Kedatangan tim Ombudsman bertujuan untuk mengklarifikasi secara langsung kronologi peristiwa tersebut sekaligus melihat dari dekat realita penyelenggaraan pelayanan publik di dalam Lapas. Dari hasil klarifikasi awal, Lapas membenarkan oknum petugas tersebut telah diperiksa oleh Kepala Kantor Wilayah Kementerian Imigrasi dan Pemasyarakatan (Kakanwilpas) serta sudah menjalani pembinaan.

Kepala Perwakilan Ombudsman RI Provinsi Kepri, Lagat Siadari, menegaskan pentingnya sanksi tegas agar kasus serupa tidak terulang di kemudian hari. Selain itu, uang yang sempat diterima pun telah diminta untuk segera dikembalikan kepada WBP yang bersangkutan.

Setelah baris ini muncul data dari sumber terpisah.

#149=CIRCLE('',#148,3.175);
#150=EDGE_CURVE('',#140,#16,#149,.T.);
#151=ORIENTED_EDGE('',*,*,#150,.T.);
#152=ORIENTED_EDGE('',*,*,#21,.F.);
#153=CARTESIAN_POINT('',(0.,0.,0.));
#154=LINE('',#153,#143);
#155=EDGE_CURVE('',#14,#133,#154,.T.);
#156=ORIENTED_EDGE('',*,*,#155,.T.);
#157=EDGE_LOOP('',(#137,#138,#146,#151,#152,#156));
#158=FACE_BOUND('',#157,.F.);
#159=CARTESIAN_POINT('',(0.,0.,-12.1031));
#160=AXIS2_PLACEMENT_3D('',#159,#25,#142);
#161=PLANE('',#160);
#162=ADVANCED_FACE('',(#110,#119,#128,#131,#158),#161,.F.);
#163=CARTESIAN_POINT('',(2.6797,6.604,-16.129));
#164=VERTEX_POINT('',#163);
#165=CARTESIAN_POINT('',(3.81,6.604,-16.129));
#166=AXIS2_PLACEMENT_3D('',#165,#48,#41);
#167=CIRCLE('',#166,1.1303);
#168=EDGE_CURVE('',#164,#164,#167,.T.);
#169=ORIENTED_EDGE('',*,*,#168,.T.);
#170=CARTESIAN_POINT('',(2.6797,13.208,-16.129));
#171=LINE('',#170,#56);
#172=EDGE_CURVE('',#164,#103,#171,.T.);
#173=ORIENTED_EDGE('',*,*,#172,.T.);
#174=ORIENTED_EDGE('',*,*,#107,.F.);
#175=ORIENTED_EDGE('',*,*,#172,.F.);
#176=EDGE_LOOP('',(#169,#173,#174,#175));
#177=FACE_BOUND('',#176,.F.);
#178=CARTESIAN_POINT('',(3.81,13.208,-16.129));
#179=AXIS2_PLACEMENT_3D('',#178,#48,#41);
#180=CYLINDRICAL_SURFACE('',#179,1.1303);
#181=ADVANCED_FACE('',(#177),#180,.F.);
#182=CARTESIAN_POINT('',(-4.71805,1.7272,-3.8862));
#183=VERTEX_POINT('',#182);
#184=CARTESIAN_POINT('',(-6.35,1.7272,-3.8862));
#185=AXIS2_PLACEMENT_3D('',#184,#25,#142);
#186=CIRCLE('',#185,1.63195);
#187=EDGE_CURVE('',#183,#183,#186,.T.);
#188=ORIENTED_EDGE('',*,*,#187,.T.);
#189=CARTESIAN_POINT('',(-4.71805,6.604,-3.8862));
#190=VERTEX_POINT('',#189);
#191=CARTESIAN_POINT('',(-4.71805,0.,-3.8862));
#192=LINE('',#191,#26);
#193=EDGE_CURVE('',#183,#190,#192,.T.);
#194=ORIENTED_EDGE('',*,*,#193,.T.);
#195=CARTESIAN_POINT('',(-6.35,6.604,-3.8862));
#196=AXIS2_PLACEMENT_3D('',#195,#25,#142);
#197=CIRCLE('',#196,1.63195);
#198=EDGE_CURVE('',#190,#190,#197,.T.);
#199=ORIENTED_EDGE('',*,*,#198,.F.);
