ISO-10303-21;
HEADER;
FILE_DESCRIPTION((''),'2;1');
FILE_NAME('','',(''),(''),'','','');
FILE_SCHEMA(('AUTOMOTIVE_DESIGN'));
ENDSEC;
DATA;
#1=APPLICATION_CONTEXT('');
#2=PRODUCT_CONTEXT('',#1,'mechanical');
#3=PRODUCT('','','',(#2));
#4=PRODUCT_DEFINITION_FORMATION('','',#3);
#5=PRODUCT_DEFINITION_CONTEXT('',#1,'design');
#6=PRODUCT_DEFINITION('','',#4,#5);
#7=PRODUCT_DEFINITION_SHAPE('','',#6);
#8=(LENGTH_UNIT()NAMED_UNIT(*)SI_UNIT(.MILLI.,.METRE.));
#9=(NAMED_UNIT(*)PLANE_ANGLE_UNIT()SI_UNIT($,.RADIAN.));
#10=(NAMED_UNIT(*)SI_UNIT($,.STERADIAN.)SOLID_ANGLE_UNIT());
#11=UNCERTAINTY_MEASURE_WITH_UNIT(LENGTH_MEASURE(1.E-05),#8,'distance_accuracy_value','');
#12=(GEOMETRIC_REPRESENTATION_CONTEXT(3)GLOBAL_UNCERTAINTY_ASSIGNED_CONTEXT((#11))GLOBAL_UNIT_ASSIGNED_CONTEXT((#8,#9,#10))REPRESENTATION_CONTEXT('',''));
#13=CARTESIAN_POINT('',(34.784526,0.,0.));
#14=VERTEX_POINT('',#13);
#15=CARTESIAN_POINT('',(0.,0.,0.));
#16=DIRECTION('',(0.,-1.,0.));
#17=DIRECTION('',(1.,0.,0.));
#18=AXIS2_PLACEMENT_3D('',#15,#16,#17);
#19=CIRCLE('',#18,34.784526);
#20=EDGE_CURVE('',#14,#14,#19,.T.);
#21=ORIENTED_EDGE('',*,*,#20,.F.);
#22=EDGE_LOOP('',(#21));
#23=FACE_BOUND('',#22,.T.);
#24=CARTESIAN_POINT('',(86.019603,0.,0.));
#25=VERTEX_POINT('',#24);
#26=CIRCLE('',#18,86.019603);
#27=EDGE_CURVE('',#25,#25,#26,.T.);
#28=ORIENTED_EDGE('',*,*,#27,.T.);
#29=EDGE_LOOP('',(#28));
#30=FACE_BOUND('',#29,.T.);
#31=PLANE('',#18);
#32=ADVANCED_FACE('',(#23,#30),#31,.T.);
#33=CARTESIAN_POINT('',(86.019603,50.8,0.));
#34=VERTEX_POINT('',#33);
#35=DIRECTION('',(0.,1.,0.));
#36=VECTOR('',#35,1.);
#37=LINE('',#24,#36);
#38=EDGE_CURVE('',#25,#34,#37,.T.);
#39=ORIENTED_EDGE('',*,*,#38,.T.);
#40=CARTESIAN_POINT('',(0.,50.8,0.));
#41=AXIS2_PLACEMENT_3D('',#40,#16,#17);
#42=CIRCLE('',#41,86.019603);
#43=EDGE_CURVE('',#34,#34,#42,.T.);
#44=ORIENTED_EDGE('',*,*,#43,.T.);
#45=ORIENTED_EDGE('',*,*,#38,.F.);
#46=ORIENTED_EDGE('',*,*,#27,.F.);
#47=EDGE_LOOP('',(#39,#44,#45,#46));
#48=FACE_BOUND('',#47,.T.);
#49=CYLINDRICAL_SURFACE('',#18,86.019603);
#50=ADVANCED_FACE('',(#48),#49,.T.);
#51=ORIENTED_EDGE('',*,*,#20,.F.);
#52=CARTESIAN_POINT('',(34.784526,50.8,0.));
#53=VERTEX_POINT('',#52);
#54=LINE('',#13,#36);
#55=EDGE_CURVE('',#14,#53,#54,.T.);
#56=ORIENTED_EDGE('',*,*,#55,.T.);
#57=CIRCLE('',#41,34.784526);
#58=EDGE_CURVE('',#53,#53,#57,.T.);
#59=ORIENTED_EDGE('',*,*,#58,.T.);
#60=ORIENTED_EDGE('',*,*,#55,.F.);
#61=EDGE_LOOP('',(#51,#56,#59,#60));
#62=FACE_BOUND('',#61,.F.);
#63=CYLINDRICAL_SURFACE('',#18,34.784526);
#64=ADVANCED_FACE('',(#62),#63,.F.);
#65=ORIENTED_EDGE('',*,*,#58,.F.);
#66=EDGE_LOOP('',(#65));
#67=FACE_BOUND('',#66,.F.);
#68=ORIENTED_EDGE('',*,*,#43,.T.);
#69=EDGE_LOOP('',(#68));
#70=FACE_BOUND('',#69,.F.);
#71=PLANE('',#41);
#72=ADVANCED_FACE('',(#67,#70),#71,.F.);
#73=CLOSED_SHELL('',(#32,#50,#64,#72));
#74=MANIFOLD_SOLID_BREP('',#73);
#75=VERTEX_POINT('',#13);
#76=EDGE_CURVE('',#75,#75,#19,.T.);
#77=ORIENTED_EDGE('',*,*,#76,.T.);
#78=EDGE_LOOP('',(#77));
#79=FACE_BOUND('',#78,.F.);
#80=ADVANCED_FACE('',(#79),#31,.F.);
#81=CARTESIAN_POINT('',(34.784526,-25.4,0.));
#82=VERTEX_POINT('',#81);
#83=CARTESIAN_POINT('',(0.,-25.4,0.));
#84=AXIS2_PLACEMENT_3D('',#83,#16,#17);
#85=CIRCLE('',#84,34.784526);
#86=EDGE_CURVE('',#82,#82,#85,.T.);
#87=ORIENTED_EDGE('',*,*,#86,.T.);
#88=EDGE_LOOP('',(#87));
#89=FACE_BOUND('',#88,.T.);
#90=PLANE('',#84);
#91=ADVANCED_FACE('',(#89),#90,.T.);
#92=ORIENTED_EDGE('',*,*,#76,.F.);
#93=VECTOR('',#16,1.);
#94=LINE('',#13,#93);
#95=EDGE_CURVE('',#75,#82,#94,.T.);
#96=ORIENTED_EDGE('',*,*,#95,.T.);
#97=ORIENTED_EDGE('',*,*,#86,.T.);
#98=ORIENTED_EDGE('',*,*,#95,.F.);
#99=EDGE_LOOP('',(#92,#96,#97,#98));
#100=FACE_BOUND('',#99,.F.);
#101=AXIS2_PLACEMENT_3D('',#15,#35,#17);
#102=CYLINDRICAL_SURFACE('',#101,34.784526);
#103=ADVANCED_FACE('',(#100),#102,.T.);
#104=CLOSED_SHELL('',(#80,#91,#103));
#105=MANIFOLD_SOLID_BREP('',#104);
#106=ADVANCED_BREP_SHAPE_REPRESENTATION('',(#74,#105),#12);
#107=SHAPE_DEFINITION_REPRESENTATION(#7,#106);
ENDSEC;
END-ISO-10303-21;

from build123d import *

# Parameters (mm, degrees)
F0_R     = 34.784526
F1_DEPTH = 25.4
F0_R_2   = 86.019603
F2_DEPTH = 50.8


with BuildPart() as f1:
    # F0 (on Front) → F1 (new body)
    with BuildSketch(Plane.XZ):
        Circle(F0_R)
    extrude(amount=F1_DEPTH)

    # F0 (on Front) → F2 (join)
    with BuildSketch(Plane.XZ):
        Circle(F0_R_2)
        Circle(F0_R, mode=Mode.SUBTRACT)
    extrude(amount=-F2_DEPTH)


solid = f1.part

“Oknum sipir yang melakukan dugaan pungli di Lapas Kelas II Perempuan, kami minta agar Kanwilpas melakukan pembinaan dan tindakan sesuai peraturan perundang-undangan yang berlaku, agar tidak terulang kembali perilaku pungutan oleh oknum seperti ini," ucap Lagat Siadari.

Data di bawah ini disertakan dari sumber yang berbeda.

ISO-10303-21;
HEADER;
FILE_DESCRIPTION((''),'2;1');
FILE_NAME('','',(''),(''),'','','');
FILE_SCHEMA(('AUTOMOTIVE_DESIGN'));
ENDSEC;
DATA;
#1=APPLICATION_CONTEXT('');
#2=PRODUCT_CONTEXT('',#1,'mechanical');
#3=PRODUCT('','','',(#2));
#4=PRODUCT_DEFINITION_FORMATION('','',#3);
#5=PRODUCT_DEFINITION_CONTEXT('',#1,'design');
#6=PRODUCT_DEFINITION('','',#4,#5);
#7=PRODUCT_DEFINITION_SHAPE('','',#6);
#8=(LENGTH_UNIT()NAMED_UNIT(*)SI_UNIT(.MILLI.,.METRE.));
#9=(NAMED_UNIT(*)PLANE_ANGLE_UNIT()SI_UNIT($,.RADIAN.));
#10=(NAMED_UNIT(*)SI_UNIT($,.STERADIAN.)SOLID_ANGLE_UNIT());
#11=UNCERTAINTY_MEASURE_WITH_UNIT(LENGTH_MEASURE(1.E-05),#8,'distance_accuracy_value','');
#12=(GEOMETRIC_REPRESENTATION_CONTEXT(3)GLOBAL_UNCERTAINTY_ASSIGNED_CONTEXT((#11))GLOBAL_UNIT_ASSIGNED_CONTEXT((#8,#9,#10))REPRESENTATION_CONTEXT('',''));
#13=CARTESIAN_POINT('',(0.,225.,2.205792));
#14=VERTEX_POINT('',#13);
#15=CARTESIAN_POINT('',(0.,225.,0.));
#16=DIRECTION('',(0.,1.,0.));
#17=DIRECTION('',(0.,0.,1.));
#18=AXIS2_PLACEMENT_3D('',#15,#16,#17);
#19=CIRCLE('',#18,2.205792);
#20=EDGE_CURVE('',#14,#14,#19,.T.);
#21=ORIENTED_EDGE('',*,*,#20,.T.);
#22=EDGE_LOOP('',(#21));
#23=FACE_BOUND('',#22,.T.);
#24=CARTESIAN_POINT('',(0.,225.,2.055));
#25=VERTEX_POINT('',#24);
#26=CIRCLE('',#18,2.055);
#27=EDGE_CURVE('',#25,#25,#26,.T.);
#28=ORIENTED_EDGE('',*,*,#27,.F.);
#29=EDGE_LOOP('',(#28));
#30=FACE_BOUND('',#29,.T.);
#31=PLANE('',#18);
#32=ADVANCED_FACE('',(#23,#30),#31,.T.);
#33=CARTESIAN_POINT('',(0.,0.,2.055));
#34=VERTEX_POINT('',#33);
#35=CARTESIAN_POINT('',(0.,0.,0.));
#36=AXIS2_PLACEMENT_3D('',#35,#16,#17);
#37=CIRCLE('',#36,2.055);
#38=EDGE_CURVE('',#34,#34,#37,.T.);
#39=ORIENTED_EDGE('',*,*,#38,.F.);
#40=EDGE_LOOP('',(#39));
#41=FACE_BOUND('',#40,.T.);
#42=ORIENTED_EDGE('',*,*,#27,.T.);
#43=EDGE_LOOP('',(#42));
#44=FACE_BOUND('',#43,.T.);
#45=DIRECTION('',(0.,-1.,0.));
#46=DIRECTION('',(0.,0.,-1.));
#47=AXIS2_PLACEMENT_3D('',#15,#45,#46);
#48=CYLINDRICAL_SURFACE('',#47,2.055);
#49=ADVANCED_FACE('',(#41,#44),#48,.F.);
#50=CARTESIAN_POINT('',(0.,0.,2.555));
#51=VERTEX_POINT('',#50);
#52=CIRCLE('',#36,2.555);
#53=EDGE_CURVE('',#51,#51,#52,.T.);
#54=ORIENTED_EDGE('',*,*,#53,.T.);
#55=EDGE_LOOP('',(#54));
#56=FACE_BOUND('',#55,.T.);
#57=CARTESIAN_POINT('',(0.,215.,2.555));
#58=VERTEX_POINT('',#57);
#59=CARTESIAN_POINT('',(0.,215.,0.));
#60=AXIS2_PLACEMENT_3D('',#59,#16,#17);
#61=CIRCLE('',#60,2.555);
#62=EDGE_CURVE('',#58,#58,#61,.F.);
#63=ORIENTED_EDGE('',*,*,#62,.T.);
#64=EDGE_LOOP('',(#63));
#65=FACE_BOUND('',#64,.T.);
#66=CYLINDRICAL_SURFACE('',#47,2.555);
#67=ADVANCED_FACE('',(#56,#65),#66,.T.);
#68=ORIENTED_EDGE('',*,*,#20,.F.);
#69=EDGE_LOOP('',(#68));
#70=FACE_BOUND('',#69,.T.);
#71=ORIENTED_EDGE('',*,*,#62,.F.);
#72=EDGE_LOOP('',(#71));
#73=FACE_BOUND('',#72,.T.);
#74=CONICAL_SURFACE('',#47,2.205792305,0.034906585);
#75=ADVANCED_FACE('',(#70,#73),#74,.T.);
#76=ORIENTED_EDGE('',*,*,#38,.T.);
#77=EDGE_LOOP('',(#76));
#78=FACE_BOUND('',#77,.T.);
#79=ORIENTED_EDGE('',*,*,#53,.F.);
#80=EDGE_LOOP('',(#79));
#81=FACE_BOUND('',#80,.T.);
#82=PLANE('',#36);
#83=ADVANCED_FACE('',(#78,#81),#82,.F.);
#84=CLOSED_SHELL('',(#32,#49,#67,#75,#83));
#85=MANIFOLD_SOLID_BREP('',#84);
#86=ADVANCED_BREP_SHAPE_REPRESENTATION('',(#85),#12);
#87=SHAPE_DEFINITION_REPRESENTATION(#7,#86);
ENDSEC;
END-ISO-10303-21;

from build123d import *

# Parameters (mm, degrees)
SKETCH1_R           = 2.555
SKETCH1_R_2         = 2.055
BOSS_EXTRUDE1_DEPTH = 225
CHAMFER1_SIZE       = 10
CHAMFER1_SIZE2      = 0.349207695


with BuildPart() as part:
    # Sketch1 → Boss-Extrude1 (new body)
    with BuildSketch(Plane(origin=(0, 0, 0), x_dir=(1, 0, 0), z_dir=(0, 1, 0))):
        Circle(SKETCH1_R)
        Circle(SKETCH1_R_2, mode=Mode.SUBTRACT)
    extrude(amount=BOSS_EXTRUDE1_DEPTH)

    # Chamfer1
    chamfer1_edges = [part.edges().sort_by_distance(p)[0] for p in [
        (-2.555, 225, 0),
    ]]
    chamfer1_side = [part.faces().sort_by_distance(p)[0] for p in [
        (-2.555, 112.5, 0),
    ]]
    chamfer(chamfer1_edges, length=CHAMFER1_SIZE, length2=CHAMFER1_SIZE2, reference=chamfer1_side[0])


solid = part.part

Ia juga menyoroti pentingnya pemahaman hak-hak hukum bagi seluruh warga binaan agar terhindar dari potensi penyalahgunaan wewenang oleh oknum di lapangan. Edukasi hukum dinilai perlu diberikan secara berkala, terutama terkait proses persidangan hingga hak mendapatkan remisi, bebas bersyarat, dan cuti bersyarat sesuai peraturan perundang-undangan.

“Warga binaan perlu mendapatkan edukasi hukum terkait hak-haknya dalam menghadapi proses persidangan maupun proses remisi, bebas bersyarat, cuti bersyarat, dan sebagainya secara berulang,” katanya.

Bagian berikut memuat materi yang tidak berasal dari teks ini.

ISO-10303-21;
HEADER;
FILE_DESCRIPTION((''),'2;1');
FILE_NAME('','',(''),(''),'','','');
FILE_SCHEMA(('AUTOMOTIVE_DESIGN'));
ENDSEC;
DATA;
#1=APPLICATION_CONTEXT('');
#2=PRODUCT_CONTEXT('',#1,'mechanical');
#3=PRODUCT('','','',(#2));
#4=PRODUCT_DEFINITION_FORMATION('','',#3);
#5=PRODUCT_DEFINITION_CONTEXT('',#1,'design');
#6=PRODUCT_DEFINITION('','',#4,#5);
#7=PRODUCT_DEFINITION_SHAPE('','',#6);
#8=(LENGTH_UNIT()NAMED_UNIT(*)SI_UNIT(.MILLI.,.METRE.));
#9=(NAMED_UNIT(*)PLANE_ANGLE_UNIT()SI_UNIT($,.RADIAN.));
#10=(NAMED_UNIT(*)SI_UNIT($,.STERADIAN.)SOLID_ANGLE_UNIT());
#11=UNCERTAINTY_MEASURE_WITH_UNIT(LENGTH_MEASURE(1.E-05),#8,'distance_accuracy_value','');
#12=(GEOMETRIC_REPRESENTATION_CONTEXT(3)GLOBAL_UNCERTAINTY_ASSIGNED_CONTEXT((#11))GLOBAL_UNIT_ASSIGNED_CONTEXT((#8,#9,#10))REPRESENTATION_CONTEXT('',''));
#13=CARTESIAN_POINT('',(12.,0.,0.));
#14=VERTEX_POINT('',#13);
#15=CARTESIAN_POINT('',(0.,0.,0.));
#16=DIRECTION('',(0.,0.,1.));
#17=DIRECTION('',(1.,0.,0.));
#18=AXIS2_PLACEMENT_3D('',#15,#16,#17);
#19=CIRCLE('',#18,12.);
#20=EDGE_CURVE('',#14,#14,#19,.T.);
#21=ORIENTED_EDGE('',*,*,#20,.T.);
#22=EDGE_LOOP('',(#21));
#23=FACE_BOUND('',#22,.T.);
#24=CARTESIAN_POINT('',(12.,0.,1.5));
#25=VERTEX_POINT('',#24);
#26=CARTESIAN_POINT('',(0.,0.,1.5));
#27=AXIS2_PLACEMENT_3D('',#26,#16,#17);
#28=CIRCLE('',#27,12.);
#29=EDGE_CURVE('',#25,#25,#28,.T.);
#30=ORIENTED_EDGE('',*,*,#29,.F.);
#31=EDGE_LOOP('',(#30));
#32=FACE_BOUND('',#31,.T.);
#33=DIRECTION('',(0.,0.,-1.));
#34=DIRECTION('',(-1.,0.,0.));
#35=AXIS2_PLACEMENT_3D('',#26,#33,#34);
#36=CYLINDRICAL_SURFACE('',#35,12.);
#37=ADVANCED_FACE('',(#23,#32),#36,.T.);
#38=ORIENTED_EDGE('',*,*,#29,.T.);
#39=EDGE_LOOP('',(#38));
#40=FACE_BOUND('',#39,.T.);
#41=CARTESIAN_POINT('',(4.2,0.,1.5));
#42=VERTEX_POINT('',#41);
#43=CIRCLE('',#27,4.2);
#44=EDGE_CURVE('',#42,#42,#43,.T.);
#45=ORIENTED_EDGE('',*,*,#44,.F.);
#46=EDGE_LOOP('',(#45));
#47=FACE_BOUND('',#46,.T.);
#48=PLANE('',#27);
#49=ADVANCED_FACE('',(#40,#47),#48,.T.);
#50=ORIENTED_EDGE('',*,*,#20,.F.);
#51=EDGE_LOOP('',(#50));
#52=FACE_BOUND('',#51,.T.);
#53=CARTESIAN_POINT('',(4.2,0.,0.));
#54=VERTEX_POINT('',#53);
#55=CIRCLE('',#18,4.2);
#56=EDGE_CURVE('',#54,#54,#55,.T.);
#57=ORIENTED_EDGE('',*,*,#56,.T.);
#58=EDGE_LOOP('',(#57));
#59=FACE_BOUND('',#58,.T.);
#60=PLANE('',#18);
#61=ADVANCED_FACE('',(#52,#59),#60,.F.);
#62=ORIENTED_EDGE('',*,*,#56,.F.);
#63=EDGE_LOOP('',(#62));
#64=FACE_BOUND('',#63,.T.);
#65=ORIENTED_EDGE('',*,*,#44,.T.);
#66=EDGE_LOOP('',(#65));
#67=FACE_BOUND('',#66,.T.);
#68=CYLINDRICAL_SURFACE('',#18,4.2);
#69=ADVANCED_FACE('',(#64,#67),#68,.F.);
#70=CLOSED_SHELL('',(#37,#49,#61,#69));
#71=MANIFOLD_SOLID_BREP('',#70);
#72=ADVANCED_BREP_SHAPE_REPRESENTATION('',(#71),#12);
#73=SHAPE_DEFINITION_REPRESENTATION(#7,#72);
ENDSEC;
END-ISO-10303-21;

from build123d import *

# Parameters (mm, degrees)
ESQUISSE1_R             = 12
BOSS_EXTRU_1_DEPTH      = 1.5
ESQUISSE2_R             = 4.2
ENL_V_MAT_EXTRU_1_DEPTH = 1.5


with BuildPart() as part:
    # Esquisse1 → Boss.-Extru.1 (new body)
    with BuildSketch(Plane.XY):
        Circle(ESQUISSE1_R)
    extrude(amount=BOSS_EXTRU_1_DEPTH)

    # Esquisse2 → Enlèv. mat.-Extru.1 (cut)
    with BuildSketch(Plane.XY.offset(1.5)):
        Circle(ESQUISSE2_R)
    extrude(amount=-ENL_V_MAT_EXTRU_1_DEPTH, mode=Mode.SUBTRACT)


solid = part.part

Sidak yang berlangsung hingga malam hari tersebut juga membuka tabir berbagai tantangan teknis serta fasilitas pemasyarakatan yang dihadapi Lapas Perempuan Kelas IIB Batam. Salah satu temuan yang cukup krusial adalah tingginya tingkat overkapasitas hunian, di mana fasilitas yang idealnya diperuntukkan bagi 90 orang saat ini harus menampung sekitar 321 WBP yang mayoritas didominasi kasus narkotika.

Bahkan, diantara ratusan warga binaan tersebut, terdapat lima bayi yang ikut tinggal bersama ibu mereka di dalam kamar tahanan. Kondisi hunian yang padat ini kian memprihatinkan lantaran usia bangunan yang sudah tua dan mengalami kebocoran di beberapa titik. Lapas Perempuan yang sebelumnya memanfaatkan bekas blok Lapas Anak terpaksa harus melakukan evakuasi warga binaan ke area yang lebih tinggi setiap kali hujan deras turun dan memicu banjir atau genangan air.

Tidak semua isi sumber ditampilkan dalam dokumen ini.